Luhansk People's Republic–Russia relations
- Luhansk People's Republic: Russia

= Luhansk People's Republic–Russia relations =

Presidential Decree No. 72, dated 21 February 2022, recognizing the independence of the Luhansk People's Republic

Luhansk People's Republic–Russia relations were bilateral relations between Russia and the Luhansk People's Republic (LPR). The LPR was widely internationally unrecognized as a sovereign state. Most of the international community regarded the claimed independent LPR as a Russian military occupation of the portion of Ukraine's Luhansk Oblast they controlled.

Shortly before invading Ukraine, Russia recognized the LPR and Donetsk People's Republic (DPR), another claimed independent but internationally unrecognized breakaway state, also signing treaties of friendship and mutual assistance with them. On 24 February 2022, Russia invaded Ukraine. As the invasion began, Putin gave a speech outlining that the LPR and DPR had requested military assistance, falsely claiming the regions had been facing genocide for eight years, and that under the terms of the treaties and Article 51 of the United Nations Charter, he was authorizing a "special military operation" in Ukraine.

The LPR willingly acceded to annexation by Russia on 30 September 2022, following an illegitimate referendum. The annexation is widely internationally unrecognized, with the majority of the international community still considering the territory of the LPR as part of Ukraine. From April 2014 to September 2022, the LPR portrayed itself as an independent state, and it was widely regarded as a puppet state of Russia by the international community.

== Background ==

The Luhansk People's Republic was proclaimed in April 2014, declaring independence from Ukraine. It was proclaimed in the territory of Ukraine's Luhansk Oblast, in the Donbas region. The LPR separated from Ukraine through military force, with assistance from Russia.
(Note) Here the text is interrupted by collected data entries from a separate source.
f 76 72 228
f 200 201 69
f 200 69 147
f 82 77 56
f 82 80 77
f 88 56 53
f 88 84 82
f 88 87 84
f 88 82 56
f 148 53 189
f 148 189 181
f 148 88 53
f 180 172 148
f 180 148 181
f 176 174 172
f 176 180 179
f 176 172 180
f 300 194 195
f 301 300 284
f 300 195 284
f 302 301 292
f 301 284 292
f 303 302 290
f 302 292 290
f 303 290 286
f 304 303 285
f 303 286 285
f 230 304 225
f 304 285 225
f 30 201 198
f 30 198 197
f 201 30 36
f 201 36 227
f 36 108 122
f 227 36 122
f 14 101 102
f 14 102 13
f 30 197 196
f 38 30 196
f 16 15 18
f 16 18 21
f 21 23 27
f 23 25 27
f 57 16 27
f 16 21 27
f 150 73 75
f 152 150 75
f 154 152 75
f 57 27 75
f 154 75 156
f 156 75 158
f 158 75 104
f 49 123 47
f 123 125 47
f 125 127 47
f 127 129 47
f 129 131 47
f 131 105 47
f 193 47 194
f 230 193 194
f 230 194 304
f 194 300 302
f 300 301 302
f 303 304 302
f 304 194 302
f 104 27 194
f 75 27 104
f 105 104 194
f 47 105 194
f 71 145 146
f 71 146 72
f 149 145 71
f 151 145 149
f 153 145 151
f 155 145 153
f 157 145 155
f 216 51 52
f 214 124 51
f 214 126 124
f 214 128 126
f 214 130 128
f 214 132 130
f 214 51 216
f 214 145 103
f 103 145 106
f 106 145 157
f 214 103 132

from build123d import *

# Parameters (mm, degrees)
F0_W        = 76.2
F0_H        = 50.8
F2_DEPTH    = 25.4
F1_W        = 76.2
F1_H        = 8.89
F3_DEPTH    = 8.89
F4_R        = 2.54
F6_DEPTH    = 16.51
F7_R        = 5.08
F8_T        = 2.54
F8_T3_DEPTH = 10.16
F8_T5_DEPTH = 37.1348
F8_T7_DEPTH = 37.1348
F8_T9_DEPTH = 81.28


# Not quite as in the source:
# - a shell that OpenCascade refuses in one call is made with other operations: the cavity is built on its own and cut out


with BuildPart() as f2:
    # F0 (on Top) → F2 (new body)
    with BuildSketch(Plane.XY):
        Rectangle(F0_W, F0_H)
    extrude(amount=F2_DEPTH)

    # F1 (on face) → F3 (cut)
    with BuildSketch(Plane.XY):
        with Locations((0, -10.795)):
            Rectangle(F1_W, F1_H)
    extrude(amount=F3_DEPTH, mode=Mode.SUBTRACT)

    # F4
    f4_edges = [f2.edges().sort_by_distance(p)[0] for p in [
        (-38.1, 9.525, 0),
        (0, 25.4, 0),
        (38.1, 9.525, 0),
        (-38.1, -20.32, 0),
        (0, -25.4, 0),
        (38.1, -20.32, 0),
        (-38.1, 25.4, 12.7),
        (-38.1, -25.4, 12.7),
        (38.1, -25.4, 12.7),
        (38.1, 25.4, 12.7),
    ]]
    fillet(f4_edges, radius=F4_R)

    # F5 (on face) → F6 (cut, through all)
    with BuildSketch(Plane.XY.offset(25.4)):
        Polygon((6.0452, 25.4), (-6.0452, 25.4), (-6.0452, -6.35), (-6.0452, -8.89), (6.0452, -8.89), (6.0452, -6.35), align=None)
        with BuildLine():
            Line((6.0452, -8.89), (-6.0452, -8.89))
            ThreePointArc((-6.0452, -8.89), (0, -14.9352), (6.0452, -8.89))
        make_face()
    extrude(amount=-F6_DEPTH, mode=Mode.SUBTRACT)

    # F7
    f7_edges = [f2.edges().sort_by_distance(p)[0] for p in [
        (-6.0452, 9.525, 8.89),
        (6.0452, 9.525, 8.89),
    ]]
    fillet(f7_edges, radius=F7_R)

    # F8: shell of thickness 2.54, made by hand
A referendum was held by the newly declared LPR authorities, asking citizens of Luhansk Oblast to agree or disagree to the creation of the new republic. The referendum was deemed illegal by the Ukrainian government and by most governments in Europe, except for Russia.

The Donetsk People's Republic was created in a similar manner in the neighbouring Donetsk Oblast in Ukraine in April 2014. Meanwhile, in February–March 2014, Russia annexed Crimea in southern Ukraine, following a declaration of independence by the "Republic of Crimea".

== LPR–Russia relations ==

=== Unofficial relations (2014–2022) ===
Documents issued by the Donetsk and Luhansk People's Republics have been valid in Russia since 2017. This allowed residents to work, travel, or study in Russia. The head of state, Leonid Pasechnik made a deal with Russia to evacuate citizens to southern parts of Russia.

Ever since Russia has been establishing diplomatic relations with the LPR. Both sides have signed a treaty of friendship, cooperation, military aid and assistance. Russia has given out more than 600,000 Russian passports to the citizens of the republics and has backed the rebels with guns and artillery. Russia also recognizes the Ukrainian-controlled areas as part of the rebels. Russia has also ordered troops to serve as peacekeepers in the separatist-held regions of the Donbas. The LPR was described as a puppet state of Russia, despite Russia not officially recognizing it.

=== Official relations (21 February 2022–30 September 2022) ===
Russia officially recognised the Luhansk People's Republic on February 21, 2022.

On March 27, 2022, the head of LPR Leonid Pasechnik announced plans to hold a referendum on joining Russian Federation.

In late September 2022, Russia held illegitimate annexation referendums on the Ukrainian territory it occupied, including Luhansk. On 30 September 2022 Russia formally annexed the LPR, along with the Donetsk People's Republic, Kherson Oblast and Zaporizhzhia Oblast, with undefined borders. The LPR and DPR were recognised as republics of Russia and now consider themselves formally part of Russia. The international community overwhelmingly rejected the referendums and annexation, with a UN General Assembly resolution condemning them and reaffirming that all four annexed regions remain the sovereign territory of Ukraine passed with 143 in favour, 35 abstaining, and 5 opposed.